Physical model and coordinate system

Both horizontal cylinder and the Tangent Hyperbolic fluid are maintained initially at the same temperature. Instantaneously they are raised to a temperature \(T_w >T_\infty \), the ambient temperature of the fluid which remains unchanged. In line with the approach of Yih [39] and introducing the boundary layer approximations, the equations for mass, momentum, and energy, can be written as follows:

$$\begin{aligned}&\frac{\partial u}{\partial x}+\frac{\partial v}{\partial y}=0\end{aligned}$$

(4)

$$\begin{aligned}&u\frac{\partial u}{\partial x}+v\frac{\partial u}{\partial y}=\nu \left( {1-n} \right) \frac{\partial ^{2}u}{\partial y^{2}}+\sqrt{2}\nu n\Gamma \left( {\frac{\partial u}{\partial y}} \right) \frac{\partial ^{2}u}{\partial y^{2}}+g\beta \sin \left( {\frac{x}{a}} \right) \left( {T-T_\infty } \right) -\frac{\sigma B_0^2 }{\rho }u\nonumber \\ \end{aligned}$$

(5)

$$\begin{aligned}&u\frac{\partial T}{\partial x}+v\frac{\partial T}{\partial y}=\alpha \frac{\partial ^{2}T}{\partial y^{2}} \end{aligned}$$

(6)

where \({u}\) and \({v}\) are the velocity components in the \({x}\)- and \(y\)- directions respectively, \(\nu =\frac{\mu }{\rho }\) is the kinematic viscosity of the tangent hyperbolic fluid, \(\beta \) is the coefficient of thermal expansion, \(\alpha \) is the thermal diffusivity, \(T\) is the temperature, \(\uprho \) is the density of the fluid, \(\sigma \) is the electrical conductivity, \(B_0 \) is the externally imposed radial magnetic field (i.e. applied in the y-direction), \(\rho \) is the density. The Tangent Hyperbolic fluid model therefore introduces a mixed derivative (second order, first degree) into the momentum boundary layer equation (5). The non-Newtonian effects feature in the shear terms only of Eq. (5) and not the convective (acceleration) terms. The third term on the right hand side of Eq. (5) represents the thermal buoyancy force and couples the velocity field with the temperature field equation (6). The fourth term on the right hand side of Eq. (5) represents the hydromagnetic drag.

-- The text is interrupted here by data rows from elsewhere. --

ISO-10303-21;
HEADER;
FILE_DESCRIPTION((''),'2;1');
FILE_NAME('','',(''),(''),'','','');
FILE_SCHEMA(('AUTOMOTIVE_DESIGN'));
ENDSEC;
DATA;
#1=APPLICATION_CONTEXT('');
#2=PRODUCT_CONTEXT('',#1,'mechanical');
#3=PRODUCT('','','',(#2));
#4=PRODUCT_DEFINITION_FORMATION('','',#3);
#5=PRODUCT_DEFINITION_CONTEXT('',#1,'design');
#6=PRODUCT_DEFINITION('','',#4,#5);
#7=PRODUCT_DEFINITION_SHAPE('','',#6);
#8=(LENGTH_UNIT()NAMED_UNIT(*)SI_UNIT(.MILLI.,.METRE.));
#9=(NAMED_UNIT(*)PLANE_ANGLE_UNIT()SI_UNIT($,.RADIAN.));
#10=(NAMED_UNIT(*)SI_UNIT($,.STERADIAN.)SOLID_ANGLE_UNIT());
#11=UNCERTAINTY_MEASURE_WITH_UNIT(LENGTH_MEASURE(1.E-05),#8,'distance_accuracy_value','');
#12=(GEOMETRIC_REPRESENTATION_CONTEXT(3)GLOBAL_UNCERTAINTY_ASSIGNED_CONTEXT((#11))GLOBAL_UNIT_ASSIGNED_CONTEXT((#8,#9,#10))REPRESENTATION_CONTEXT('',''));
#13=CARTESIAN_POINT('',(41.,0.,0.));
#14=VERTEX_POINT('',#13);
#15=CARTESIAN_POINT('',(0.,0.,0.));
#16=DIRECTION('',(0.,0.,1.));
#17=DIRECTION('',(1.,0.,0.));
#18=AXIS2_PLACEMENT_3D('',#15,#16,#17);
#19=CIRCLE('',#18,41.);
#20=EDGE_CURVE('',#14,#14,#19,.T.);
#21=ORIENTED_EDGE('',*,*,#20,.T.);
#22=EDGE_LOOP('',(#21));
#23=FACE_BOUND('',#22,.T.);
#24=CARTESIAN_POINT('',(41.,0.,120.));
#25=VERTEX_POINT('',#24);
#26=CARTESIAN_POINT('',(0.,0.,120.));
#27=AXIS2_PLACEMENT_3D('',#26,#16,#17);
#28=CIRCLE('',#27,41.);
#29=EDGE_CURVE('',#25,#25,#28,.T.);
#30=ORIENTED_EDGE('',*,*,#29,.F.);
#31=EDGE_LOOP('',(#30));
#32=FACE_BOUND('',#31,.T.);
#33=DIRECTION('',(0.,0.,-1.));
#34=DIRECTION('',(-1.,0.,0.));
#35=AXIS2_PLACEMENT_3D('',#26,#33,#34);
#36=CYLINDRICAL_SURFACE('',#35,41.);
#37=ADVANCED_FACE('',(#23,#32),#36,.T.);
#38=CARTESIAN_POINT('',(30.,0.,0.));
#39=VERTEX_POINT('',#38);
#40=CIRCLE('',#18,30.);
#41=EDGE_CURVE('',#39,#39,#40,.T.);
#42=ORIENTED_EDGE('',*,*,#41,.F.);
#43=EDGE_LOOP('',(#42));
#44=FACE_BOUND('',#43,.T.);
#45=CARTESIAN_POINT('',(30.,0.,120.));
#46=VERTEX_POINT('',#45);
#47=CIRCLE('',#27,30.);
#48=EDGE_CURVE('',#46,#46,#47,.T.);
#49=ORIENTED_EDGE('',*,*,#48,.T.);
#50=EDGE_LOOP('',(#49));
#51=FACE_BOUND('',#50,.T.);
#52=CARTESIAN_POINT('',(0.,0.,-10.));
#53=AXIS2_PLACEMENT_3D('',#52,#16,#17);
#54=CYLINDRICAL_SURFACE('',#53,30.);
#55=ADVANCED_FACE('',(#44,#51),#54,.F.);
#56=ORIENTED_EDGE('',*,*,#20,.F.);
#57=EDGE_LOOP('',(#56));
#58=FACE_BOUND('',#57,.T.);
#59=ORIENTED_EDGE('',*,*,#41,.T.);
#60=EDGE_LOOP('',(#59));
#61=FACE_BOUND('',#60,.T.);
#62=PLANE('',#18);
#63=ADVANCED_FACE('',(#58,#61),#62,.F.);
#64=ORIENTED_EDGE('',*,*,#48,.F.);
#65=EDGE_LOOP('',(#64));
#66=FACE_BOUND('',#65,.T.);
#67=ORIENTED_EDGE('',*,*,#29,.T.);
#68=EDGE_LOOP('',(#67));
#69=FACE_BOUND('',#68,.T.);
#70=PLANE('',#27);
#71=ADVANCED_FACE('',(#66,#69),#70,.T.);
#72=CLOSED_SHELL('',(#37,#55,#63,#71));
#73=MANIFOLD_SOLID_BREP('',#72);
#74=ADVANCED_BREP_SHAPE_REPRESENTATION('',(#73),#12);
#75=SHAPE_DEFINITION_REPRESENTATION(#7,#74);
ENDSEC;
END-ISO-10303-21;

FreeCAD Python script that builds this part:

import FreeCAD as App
import Part
import Sketcher

doc = App.newDocument("Part")
body = doc.addObject("PartDesign::Body", "Body")

sketch1 = doc.addObject("Sketcher::SketchObject", "Sketch")
body.addObject(sketch1)
sketch1.AttachmentSupport = (doc.XY_Plane, [""])
sketch1.MapMode = "FlatFace"
sketch1.addGeometry(Part.Circle(App.Vector(0, 0, 0), App.Vector(0, 0, 1), 41), False)
sketch1.addConstraint([
    Sketcher.Constraint("Coincident", 0, 3, -1, 1),
    Sketcher.Constraint("Diameter", 0, 82.0),
])
pad1 = doc.addObject("PartDesign::Pad", "Pad")
body.addObject(pad1)
pad1.Profile = sketch1
pad1.Length = 120

sketch2 = doc.addObject("Sketcher::SketchObject", "Sketch001")
body.addObject(sketch2)
sketch2.AttachmentSupport = (doc.XY_Plane, [""])
sketch2.MapMode = "FlatFace"
sketch2.AttachmentOffset = App.Placement(App.Vector(0, 0, 120), App.Rotation())
sketch2.addGeometry(Part.Circle(App.Vector(0, 0, 0), App.Vector(0, 0, 1), 30), False)
sketch2.addConstraint([
    Sketcher.Constraint("Coincident", 0, 3, -1, 1),
    Sketcher.Constraint("Diameter", 0, 60.0),
])
pocket1 = doc.addObject("PartDesign::Pocket", "Pocket")
body.addObject(pocket1)
pocket1.Profile = sketch2
pocket1.Length = 130

doc.recompute()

$$\begin{aligned} \begin{aligned} {\text {At}}\,y&= 0,\quad u = {N_0}\frac{{\partial u}}{{\partial y}},\quad v = 0,\quad T = {T_w} + {K_0}\frac{{\partial T}}{{\partial y}} \\{\text {As}}\,y&\rightarrow \infty ,\quad u \rightarrow 0,\quad T \rightarrow {T_\infty }\, \\\end{aligned} \end{aligned}$$

(7)

Here \(N_{0}\) is the velocity slip factor, \(K_{0}\) is the thermal slip factor and \(T_\infty \) is the free stream temperature. For \(N_{0} = 0 = K_{0}\), one can recover the no-slip case.

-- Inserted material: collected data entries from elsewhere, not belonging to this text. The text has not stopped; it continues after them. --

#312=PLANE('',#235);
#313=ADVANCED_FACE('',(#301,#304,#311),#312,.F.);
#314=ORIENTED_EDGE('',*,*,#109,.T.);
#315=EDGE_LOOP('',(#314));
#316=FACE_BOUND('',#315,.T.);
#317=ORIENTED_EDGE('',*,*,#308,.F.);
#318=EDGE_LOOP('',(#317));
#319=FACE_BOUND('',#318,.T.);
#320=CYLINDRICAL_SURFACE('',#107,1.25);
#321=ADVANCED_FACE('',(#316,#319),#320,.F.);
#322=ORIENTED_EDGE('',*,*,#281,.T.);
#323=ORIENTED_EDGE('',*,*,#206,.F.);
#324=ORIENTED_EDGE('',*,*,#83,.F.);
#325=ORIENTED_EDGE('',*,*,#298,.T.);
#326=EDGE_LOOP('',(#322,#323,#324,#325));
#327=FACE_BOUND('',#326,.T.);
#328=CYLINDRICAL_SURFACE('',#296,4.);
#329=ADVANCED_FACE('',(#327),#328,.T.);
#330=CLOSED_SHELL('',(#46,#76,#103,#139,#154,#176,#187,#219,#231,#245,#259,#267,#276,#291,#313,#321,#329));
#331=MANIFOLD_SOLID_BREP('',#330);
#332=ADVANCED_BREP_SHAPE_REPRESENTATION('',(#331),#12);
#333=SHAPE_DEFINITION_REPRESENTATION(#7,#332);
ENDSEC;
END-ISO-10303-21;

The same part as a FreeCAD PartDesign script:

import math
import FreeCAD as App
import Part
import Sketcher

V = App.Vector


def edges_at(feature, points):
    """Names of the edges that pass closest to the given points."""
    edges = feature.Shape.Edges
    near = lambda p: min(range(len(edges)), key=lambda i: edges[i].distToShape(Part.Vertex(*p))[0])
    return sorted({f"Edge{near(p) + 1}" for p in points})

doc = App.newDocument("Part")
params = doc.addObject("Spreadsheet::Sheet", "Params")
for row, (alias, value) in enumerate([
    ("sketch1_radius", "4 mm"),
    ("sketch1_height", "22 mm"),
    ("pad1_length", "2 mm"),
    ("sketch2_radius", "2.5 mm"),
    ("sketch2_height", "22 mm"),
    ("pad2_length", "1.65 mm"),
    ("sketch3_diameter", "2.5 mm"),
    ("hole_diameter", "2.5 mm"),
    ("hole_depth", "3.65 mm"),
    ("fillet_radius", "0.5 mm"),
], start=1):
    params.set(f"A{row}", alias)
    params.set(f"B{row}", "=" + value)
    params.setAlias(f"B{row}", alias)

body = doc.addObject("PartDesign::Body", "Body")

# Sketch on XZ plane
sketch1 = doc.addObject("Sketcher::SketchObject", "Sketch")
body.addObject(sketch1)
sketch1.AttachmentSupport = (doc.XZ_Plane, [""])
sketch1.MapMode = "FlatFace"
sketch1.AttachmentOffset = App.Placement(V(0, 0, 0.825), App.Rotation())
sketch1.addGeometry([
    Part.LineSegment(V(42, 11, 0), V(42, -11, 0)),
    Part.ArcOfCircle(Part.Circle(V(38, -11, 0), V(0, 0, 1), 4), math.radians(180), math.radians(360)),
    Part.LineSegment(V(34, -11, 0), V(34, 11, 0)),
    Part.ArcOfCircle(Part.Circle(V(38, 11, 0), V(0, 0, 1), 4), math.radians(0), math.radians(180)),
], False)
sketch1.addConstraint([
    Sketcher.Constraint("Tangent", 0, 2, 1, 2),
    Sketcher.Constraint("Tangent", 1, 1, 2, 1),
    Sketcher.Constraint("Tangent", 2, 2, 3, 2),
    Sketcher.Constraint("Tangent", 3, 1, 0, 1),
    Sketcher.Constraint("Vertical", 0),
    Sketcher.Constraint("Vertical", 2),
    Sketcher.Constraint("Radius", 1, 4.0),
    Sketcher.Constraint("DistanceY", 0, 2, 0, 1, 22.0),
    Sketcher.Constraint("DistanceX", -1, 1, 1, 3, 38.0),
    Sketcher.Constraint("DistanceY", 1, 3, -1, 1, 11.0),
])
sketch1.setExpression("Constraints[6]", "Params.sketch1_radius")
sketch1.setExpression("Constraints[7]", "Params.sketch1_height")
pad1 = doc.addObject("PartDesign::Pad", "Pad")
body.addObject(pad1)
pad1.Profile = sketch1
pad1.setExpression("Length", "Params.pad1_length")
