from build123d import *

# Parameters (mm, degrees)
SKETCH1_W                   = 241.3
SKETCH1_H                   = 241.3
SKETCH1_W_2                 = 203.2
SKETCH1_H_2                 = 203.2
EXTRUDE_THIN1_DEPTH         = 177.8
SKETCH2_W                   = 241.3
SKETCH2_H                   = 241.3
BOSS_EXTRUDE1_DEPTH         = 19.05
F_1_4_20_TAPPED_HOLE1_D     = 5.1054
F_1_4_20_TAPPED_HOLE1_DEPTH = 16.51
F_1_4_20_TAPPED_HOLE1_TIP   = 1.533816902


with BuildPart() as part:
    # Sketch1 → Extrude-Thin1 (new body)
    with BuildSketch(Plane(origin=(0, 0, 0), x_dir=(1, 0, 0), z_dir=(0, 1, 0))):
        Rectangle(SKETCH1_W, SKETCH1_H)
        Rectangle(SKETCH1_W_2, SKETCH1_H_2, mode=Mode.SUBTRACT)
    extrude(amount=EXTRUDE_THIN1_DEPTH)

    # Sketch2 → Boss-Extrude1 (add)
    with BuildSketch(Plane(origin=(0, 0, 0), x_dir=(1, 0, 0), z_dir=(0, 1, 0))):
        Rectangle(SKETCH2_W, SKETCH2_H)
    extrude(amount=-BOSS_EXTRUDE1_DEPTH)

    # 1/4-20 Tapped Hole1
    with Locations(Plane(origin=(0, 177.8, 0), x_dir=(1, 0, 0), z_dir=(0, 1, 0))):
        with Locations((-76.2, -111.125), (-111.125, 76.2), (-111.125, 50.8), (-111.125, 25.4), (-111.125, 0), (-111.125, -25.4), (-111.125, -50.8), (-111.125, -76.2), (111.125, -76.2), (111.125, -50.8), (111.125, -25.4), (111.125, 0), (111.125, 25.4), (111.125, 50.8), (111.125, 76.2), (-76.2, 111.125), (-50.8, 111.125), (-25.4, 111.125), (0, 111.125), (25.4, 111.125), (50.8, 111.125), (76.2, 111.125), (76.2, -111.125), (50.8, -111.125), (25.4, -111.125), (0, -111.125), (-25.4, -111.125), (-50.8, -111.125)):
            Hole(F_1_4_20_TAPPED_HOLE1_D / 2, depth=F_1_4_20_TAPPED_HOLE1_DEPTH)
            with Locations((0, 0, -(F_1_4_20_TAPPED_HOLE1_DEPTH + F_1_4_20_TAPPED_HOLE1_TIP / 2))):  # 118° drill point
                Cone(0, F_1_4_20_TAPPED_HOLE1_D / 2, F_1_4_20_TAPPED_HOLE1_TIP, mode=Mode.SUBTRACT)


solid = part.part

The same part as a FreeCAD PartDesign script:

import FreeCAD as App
import Part
import Sketcher
Q = App.Units.Quantity

doc = App.newDocument("Part")
body = doc.addObject("PartDesign::Body", "Body")

# Sketch on XZ plane
sketch1 = doc.addObject("Sketcher::SketchObject", "Sketch")
body.addObject(sketch1)
sketch1.AttachmentSupport = (doc.XZ_Plane, [""])
sketch1.MapMode = "FlatFace"
sketch1.addGeometry([
    Part.LineSegment(App.Vector(-121, -121, 0), App.Vector(-121, 121, 0)),  # 0
    Part.LineSegment(App.Vector(-121, 121, 0), App.Vector(121, 121, 0)),  # 1
    Part.LineSegment(App.Vector(121, 121, 0), App.Vector(121, -121, 0)),  # 2
    Part.LineSegment(App.Vector(121, -121, 0), App.Vector(-121, -121, 0)),  # 3
    Part.LineSegment(App.Vector(102, 102, 0), App.Vector(-102, 102, 0)),  # 4
    Part.LineSegment(App.Vector(-102, 102, 0), App.Vector(-102, -102, 0)),  # 5
    Part.LineSegment(App.Vector(-102, -102, 0), App.Vector(102, -102, 0)),  # 6
    Part.LineSegment(App.Vector(102, -102, 0), App.Vector(102, 102, 0)),  # 7
], False)
sketch1.addConstraint([
    Sketcher.Constraint("Coincident", 0, 2, 1, 1),
    Sketcher.Constraint("Coincident", 1, 2, 2, 1),
    Sketcher.Constraint("Coincident", 2, 2, 3, 1),
    Sketcher.Constraint("Coincident", 3, 2, 0, 1),
    Sketcher.Constraint("Coincident", 4, 2, 5, 1),
    Sketcher.Constraint("Coincident", 5, 2, 6, 1),
    Sketcher.Constraint("Coincident", 6, 2, 7, 1),
    Sketcher.Constraint("Coincident", 7, 2, 4, 1),
    Sketcher.Constraint("Vertical", 0),
    Sketcher.Constraint("Horizontal", 1),
    Sketcher.Constraint("Vertical", 2),
    Sketcher.Constraint("Horizontal", 3),
    Sketcher.Constraint("Horizontal", 4),
    Sketcher.Constraint("Vertical", 5),
    Sketcher.Constraint("Horizontal", 6),
    Sketcher.Constraint("Vertical", 7),
    Sketcher.Constraint("Symmetric", 0, 2, 2, 2, -1, 1),
    Sketcher.Constraint("Symmetric", 4, 2, 6, 2, -1, 1),
    Sketcher.Constraint("Equal", 3, 0),
    Sketcher.Constraint("Equal", 6, 5),
    Sketcher.Constraint("DistanceX", 4, 2, 4, 1, Q("8 in")),
    Sketcher.Constraint("DistanceX", 1, 1, 1, 2, Q("9.5 in")),
])
pad1 = doc.addObject("PartDesign::Pad", "Pad")
body.addObject(pad1)
pad1.Profile = sketch1
pad1.Length = Q("7 in")
pad1.Reversed = True

# Sketch on XZ plane
sketch2 = doc.addObject("Sketcher::SketchObject", "Sketch001")
body.addObject(sketch2)
sketch2.AttachmentSupport = (doc.XZ_Plane, [""])
sketch2.MapMode = "FlatFace"
sketch2.addGeometry([
    Part.LineSegment(App.Vector(-121, -121, 0), App.Vector(-121, 121, 0)),
    Part.LineSegment(App.Vector(-121, 121, 0), App.Vector(121, 121, 0)),
    Part.LineSegment(App.Vector(121, 121, 0), App.Vector(121, -121, 0)),
    Part.LineSegment(App.Vector(121, -121, 0), App.Vector(-121, -121, 0)),
], False)
sketch2.addConstraint([
    Sketcher.Constraint("Coincident", 0, 2, 1, 1),
    Sketcher.Constraint("Coincident", 1, 2, 2, 1),
    Sketcher.Constraint("Coincident", 2, 2, 3, 1),
    Sketcher.Constraint("Coincident", 3, 2, 0, 1),
    Sketcher.Constraint("Vertical", 0),
    Sketcher.Constraint("Horizontal", 1),
    Sketcher.Constraint("Vertical", 2),
    Sketcher.Constraint("Horizontal", 3),
    Sketcher.Constraint("Symmetric", 0, 2, 2, 2, -1, 1),
    Sketcher.Constraint("Equal", 3, 0),
    Sketcher.Constraint("DistanceX", 1, 1, 1, 2, Q("9.5 in")),
])
pad2 = doc.addObject("PartDesign::Pad", "Pad001")
body.addObject(pad2)
pad2.Profile = sketch2
pad2.Length = Q("0.75 in")

# Sketch on XZ plane
sketch3 = doc.addObject("Sketcher::SketchObject", "Sketch002")
body.addObject(sketch3)
sketch3.AttachmentSupport = (doc.XZ_Plane, [""])
sketch3.MapMode = "FlatFace"
sketch3.AttachmentOffset = App.Placement(App.Vector(0, 0, -7 * 25.4), App.Rotation())
sketch3.addGeometry([
    Part.Circle(App.Vector(-76.2, 111.1, 0), App.Vector(0, 0, 1), 2.6),  # 0
    Part.Circle(App.Vector(-111.1, -76.2, 0), App.Vector(0, 0, 1), 2.6),  # 1
    Part.Circle(App.Vector(-111.1, -50.8, 0), App.Vector(0, 0, 1), 2.6),  # 2
    Part.Circle(App.Vector(-111.1, -25.4, 0), App.Vector(0, 0, 1), 2.6),  # 3
    Part.Circle(App.Vector(-111.1, 0, 0), App.Vector(0, 0, 1), 2.6),  # 4
    Part.Circle(App.Vector(-111.1, 25.4, 0), App.Vector(0, 0, 1), 2.6),  # 5
    Part.Circle(App.Vector(-111.1, 50.8, 0), App.Vector(0, 0, 1), 2.6),  # 6
    Part.Circle(App.Vector(-111.1, 76.2, 0), App.Vector(0, 0, 1), 2.6),  # 7
    Part.Circle(App.Vector(111.1, 76.2, 0), App.Vector(0, 0, 1), 2.6),  # 8
    Part.Circle(App.Vector(111.1, 50.8, 0), App.Vector(0, 0, 1), 2.6),  # 9
    Part.Circle(App.Vector(111.1, 25.4, 0), App.Vector(0, 0, 1), 2.6),  # 10
    Part.Circle(App.Vector(111.1, 0, 0), App.Vector(0, 0, 1), 2.6),  # 11
    Part.Circle(App.Vector(111.1, -25.4, 0), App.Vector(0, 0, 1), 2.6),  # 12
    Part.Circle(App.Vector(111.1, -50.8, 0), App.Vector(0, 0, 1), 2.6),  # 13
    Part.Circle(App.Vector(111.1, -76.2, 0), App.Vector(0, 0, 1), 2.6),  # 14
    Part.Circle(App.Vector(-76.2, -111.1, 0), App.Vector(0, 0, 1), 2.6),  # 15
    Part.Circle(App.Vector(-50.8, -111.1, 0), App.Vector(0, 0, 1), 2.6),  # 16
    Part.Circle(App.Vector(-25.4, -111.1, 0), App.Vector(0, 0, 1), 2.6),  # 17
    Part.Circle(App.Vector(0, -111.1, 0), App.Vector(0, 0, 1), 2.6),  # 18
    Part.Circle(App.Vector(25.4, -111.1, 0), App.Vector(0, 0, 1), 2.6),  # 19
    Part.Circle(App.Vector(50.8, -111.1, 0), App.Vector(0, 0, 1), 2.6),  # 20
    Part.Circle(App.Vector(76.2, -111.1, 0), App.Vector(0, 0, 1), 2.6),  # 21
    Part.Circle(App.Vector(76.2, 111.1, 0), App.Vector(0, 0, 1), 2.6),  # 22
    Part.Circle(App.Vector(50.8, 111.1, 0), App.Vector(0, 0, 1), 2.6),  # 23
    Part.Circle(App.Vector(25.4, 111.1, 0), App.Vector(0, 0, 1), 2.6),  # 24
    Part.Circle(App.Vector(0, 111.1, 0), App.Vector(0, 0, 1), 2.6),  # 25
    Part.Circle(App.Vector(-25.4, 111.1, 0), App.Vector(0, 0, 1), 2.6),  # 26
    Part.Circle(App.Vector(-50.8, 111.1, 0), App.Vector(0, 0, 1), 2.6),  # 27
], False)
sketch3.addConstraint([
    Sketcher.Constraint("Equal", 0, 1),
    Sketcher.Constraint("Equal", 1, 2),
    Sketcher.Constraint("Equal", 2, 3),
    Sketcher.Constraint("Equal", 3, 4),
    Sketcher.Constraint("Equal", 4, 5),
    Sketcher.Constraint("Equal", 5, 6),
    Sketcher.Constraint("Equal", 6, 7),
    Sketcher.Constraint("Equal", 7, 8),
    Sketcher.Constraint("Equal", 8, 9),
    Sketcher.Constraint("Equal", 9, 10),
    Sketcher.Constraint("Equal", 10, 11),
    Sketcher.Constraint("Equal", 11, 12),
    Sketcher.Constraint("Equal", 12, 13),
    Sketcher.Constraint("Equal", 13, 14),
    Sketcher.Constraint("Equal", 14, 15),
    Sketcher.Constraint("Equal", 15, 16),
    Sketcher.Constraint("Equal", 16, 17),
    Sketcher.Constraint("Equal", 17, 18),
    Sketcher.Constraint("Equal", 18, 19),
    Sketcher.Constraint("Equal", 19, 20),
    Sketcher.Constraint("Equal", 20, 21),
    Sketcher.Constraint("Equal", 21, 22),
    Sketcher.Constraint("Equal", 22, 23),
    Sketcher.Constraint("Equal", 23, 24),
    Sketcher.Constraint("Equal", 24, 25),
    Sketcher.Constraint("Equal", 25, 26),
    Sketcher.Constraint("Equal", 26, 27),
    Sketcher.Constraint("Symmetric", 1, 3, 8, 3, -1, 1),
    Sketcher.Constraint("Symmetric", 2, 3, 9, 3, -1, 1),
    Sketcher.Constraint("Symmetric", 3, 3, 10, 3, -1, 1),
    Sketcher.Constraint("Symmetric", 4, 3, 11, 3, -1, 1),
    Sketcher.Constraint("Symmetric", 5, 3, 12, 3, -1, 1),
    Sketcher.Constraint("Symmetric", 6, 3, 13, 3, -1, 1),
    Sketcher.Constraint("Symmetric", 7, 3, 14, 3, -1, 1),
    Sketcher.Constraint("Symmetric", 0, 3, 21, 3, -1, 1),
    Sketcher.Constraint("Symmetric", 15, 3, 22, 3, -1, 1),
    Sketcher.Constraint("Symmetric", 16, 3, 23, 3, -1, 1),
    Sketcher.Constraint("Symmetric", 17, 3, 24, 3, -1, 1),
    Sketcher.Constraint("Symmetric", 18, 3, 25, 3, -1, 1),
    Sketcher.Constraint("Symmetric", 19, 3, 26, 3, -1, 1),
    Sketcher.Constraint("Symmetric", 20, 3, 27, 3, -1, 1),
    Sketcher.Constraint("Symmetric", 7, 3, 8, 3, -2),
    Sketcher.Constraint("Symmetric", 6, 3, 9, 3, -2),
    Sketcher.Constraint("Symmetric", 5, 3, 10, 3, -2),
    Sketcher.Constraint("Symmetric", 17, 3, 19, 3, -2),
    Sketcher.Constraint("Symmetric", 16, 3, 20, 3, -2),
    Sketcher.Constraint("Symmetric", 15, 3, 21, 3, -2),
    Sketcher.Constraint("PointOnObject", 4, 3, -1),
    Sketcher.Constraint("PointOnObject", 18, 3, -2),
    Sketcher.Constraint("Horizontal", 15, 3, 16, 3),
    Sketcher.Constraint("Horizontal", 16, 3, 17, 3),
    Sketcher.Constraint("Horizontal", 17, 3, 18, 3),
    Sketcher.Constraint("Vertical", 1, 3, 2, 3),
    Sketcher.Constraint("Vertical", 2, 3, 3, 3),
    Sketcher.Constraint("Vertical", 3, 3, 4, 3),
    Sketcher.Constraint("Diameter", 0, Q("0.201 in")),
    Sketcher.Constraint("DistanceX", 0, 3, -1, 1, Q("3 in")),
    Sketcher.Constraint("DistanceY", 1, 3, -1, 1, Q("3 in")),
    Sketcher.Constraint("DistanceY", 2, 3, -1, 1, Q("2 in")),
    Sketcher.Constraint("DistanceY", 3, 3, -1, 1, Q("1 in")),
    Sketcher.Constraint("DistanceX", 16, 3, -1, 1, Q("2 in")),
    Sketcher.Constraint("DistanceX", 17, 3, -1, 1, Q("1 in")),
    Sketcher.Constraint("DistanceX", 7, 3, 8, 3, Q("8.75 in")),
    Sketcher.Constraint("DistanceY", -1, 1, 0, 3, Q("4.375 in")),
])
doc.recompute()
hole = doc.addObject("PartDesign::Hole", "Hole")
body.addObject(hole)
hole.Profile = sketch3
hole.ThreadType = "None"
hole.Diameter = Q("0.201 in")
hole.DepthType = "Dimension"
hole.Depth = Q("0.65 in")
hole.DrillPoint = "Angled"
hole.DrillPointAngle = 118
hole.Reversed = True

doc.recompute()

The stream function \(\psi \) is defined by \(u=\frac{\partial \uppsi }{\partial y}\) and \(v=-\frac{\partial \uppsi }{\partial x}\), and therefore, the continuity equation is automatically satisfied. In order to render the governing equations and the boundary conditions in dimensionless form, the following non-dimensional quantities are introduced.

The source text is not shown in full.